Tip: The “enable_thinking”: false parameter helps reduce verbose reasoning traces, encouraging the model to return direct answers only.
Try different prompts.
Step 20: Automate Model Testing with Python
To make interacting with your GLM-4.5 model even easier, you can write a quick Python script to send prompts and process answers programmatically. This is especially useful for batch testing, custom workflows, or integrating with your own applications.

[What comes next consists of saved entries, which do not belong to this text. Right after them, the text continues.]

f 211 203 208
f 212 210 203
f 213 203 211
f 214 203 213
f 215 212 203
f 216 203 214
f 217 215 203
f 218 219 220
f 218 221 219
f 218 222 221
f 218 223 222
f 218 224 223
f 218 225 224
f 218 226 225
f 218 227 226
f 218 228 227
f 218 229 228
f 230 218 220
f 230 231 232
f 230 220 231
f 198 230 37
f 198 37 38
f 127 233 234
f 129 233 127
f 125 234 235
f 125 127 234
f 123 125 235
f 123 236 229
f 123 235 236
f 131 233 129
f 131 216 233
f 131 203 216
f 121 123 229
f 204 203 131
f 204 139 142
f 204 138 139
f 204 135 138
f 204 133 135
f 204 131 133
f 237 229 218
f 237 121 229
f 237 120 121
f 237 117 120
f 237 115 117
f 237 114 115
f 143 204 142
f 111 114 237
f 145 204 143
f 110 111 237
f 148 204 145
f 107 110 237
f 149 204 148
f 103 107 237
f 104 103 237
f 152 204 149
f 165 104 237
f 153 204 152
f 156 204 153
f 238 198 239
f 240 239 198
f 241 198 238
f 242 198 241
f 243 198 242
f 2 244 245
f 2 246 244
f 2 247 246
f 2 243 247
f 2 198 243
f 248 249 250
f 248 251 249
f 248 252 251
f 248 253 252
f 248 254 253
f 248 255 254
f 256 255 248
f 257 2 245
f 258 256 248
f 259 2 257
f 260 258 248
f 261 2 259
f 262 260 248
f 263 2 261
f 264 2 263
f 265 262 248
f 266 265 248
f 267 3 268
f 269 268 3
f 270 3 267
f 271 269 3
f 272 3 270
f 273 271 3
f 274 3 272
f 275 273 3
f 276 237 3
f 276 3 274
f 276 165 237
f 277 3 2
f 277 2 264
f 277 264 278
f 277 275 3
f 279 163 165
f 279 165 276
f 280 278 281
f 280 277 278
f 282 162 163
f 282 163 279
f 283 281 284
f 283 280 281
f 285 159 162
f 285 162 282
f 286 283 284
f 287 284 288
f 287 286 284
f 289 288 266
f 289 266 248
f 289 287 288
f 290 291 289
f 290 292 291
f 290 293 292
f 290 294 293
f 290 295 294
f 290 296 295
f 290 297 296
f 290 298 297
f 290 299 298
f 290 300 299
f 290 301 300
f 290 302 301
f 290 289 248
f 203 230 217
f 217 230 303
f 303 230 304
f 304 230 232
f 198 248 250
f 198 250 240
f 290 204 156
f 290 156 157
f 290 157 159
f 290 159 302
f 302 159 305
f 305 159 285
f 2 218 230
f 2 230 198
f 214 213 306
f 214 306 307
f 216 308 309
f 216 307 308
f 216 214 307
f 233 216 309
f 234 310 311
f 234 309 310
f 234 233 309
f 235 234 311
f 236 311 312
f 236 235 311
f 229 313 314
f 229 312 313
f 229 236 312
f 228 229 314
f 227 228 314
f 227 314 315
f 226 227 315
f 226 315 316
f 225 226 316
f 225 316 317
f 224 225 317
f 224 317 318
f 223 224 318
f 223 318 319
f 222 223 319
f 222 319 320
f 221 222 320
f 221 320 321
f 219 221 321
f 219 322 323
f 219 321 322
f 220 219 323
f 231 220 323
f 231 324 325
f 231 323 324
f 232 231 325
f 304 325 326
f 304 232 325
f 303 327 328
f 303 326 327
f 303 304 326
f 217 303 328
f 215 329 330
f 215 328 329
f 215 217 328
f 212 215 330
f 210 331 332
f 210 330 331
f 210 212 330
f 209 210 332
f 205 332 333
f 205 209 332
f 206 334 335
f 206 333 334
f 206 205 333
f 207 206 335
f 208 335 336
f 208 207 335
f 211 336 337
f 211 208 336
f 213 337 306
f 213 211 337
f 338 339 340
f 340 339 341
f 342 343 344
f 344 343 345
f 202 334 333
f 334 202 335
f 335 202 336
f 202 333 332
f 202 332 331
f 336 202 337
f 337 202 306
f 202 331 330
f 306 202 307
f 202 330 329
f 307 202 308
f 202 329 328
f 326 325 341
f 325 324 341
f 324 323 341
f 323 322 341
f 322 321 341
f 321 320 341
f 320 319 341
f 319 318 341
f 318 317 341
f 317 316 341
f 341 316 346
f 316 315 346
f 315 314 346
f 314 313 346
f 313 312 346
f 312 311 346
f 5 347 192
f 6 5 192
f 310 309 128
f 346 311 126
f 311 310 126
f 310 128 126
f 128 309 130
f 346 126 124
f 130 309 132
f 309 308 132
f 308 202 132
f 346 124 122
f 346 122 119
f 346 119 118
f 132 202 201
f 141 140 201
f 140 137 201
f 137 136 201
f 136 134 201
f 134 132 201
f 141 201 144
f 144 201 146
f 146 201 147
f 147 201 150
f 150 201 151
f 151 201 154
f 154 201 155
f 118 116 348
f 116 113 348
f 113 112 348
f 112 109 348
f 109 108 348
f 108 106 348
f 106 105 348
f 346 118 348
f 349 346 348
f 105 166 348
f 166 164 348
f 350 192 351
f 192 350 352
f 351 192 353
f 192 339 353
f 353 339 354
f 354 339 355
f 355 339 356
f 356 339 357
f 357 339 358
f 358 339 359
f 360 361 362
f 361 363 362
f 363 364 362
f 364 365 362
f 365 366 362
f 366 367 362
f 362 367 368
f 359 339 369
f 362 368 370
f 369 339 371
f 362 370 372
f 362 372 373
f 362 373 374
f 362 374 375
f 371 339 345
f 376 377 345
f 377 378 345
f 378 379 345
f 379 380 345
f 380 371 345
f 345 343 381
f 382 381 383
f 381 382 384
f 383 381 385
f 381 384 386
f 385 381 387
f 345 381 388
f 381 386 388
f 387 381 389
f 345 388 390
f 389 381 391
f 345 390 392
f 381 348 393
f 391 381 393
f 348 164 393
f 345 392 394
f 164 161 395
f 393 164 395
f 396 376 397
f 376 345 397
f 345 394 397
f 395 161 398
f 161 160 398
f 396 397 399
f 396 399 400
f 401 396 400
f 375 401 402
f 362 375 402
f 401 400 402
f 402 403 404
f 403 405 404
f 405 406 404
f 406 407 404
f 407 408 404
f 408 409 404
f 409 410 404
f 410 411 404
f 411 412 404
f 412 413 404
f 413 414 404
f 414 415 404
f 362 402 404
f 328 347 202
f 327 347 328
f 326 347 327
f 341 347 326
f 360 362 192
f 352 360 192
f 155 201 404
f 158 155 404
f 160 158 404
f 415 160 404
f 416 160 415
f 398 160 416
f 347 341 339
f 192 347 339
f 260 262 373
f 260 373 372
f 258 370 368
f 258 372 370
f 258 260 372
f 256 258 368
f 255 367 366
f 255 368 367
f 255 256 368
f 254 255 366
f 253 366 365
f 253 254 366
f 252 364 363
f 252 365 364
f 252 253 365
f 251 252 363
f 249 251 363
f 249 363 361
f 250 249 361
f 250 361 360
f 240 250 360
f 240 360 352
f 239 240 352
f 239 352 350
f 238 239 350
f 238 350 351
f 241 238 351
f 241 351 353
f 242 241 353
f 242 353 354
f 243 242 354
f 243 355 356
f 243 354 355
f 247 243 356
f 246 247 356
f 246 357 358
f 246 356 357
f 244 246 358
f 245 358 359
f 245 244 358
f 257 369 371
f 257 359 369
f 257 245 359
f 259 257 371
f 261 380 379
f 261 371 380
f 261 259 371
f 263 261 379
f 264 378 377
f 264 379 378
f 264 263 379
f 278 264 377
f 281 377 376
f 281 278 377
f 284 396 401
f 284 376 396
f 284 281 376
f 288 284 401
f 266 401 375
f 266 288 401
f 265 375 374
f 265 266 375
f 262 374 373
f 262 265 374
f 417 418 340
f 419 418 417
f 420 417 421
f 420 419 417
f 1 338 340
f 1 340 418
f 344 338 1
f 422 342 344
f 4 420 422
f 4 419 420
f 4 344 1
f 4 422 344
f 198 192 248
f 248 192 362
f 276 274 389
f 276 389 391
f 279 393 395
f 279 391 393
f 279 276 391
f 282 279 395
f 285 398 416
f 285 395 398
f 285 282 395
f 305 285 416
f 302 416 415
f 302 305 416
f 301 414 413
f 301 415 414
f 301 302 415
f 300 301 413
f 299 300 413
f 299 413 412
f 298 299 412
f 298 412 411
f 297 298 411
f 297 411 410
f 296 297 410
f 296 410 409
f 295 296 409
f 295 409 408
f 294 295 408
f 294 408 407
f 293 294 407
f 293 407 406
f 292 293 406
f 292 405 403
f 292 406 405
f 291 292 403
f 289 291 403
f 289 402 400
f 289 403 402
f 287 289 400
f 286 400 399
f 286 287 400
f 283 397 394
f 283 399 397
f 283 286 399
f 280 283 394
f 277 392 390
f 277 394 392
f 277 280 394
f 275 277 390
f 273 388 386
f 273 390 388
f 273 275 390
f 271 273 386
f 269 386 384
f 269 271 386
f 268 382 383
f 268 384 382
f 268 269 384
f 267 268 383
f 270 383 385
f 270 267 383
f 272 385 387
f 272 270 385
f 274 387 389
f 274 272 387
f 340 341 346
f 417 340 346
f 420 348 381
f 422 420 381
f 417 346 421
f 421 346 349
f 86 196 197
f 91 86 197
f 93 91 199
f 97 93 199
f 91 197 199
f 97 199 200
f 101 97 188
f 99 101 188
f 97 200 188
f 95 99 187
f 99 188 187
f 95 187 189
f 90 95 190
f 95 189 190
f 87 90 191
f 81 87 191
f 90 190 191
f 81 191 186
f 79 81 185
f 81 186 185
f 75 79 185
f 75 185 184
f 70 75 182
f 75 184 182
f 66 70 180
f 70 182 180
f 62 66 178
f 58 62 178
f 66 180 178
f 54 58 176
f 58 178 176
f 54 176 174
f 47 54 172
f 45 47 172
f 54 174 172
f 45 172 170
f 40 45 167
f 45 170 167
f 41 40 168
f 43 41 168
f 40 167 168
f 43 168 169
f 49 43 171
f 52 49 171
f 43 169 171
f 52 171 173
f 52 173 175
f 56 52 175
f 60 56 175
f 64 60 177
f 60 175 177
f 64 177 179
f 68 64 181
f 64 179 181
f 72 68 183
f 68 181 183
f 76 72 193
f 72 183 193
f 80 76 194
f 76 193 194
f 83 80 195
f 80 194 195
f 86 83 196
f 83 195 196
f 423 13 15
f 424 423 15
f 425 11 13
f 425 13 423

Example script (glm_test.py
):
import requests
response = requests.post(
"http://localhost:8000/generate",
json={
"text": "Only output a single, direct line and nothing else: What is GLM-4.5?",
"max_tokens": 32
}
)
result = response.json()["text"]
# Get only the part before "<think>" if present
answer = result.split('<think>')[0].strip()
print(answer)
Try different prompts.
Conclusion
With GLM-4.5 and GLM-4.5-Air, you’re not just running another large language model—you’re unlocking new possibilities for intelligent apps, coding assistants, and real-world AI workflows. Whether you’re an enthusiast experimenting on a single node or an engineer scaling up for production, this open-source stack gives you state-of-the-art performance without the usual barriers.
By following the steps above, you’ve gone from cloud VM provisioning all the way to sending prompts and scripting model tests in Python. Now you’re ready to build, automate, or even integrate with custom UIs. The rest is up to your imagination!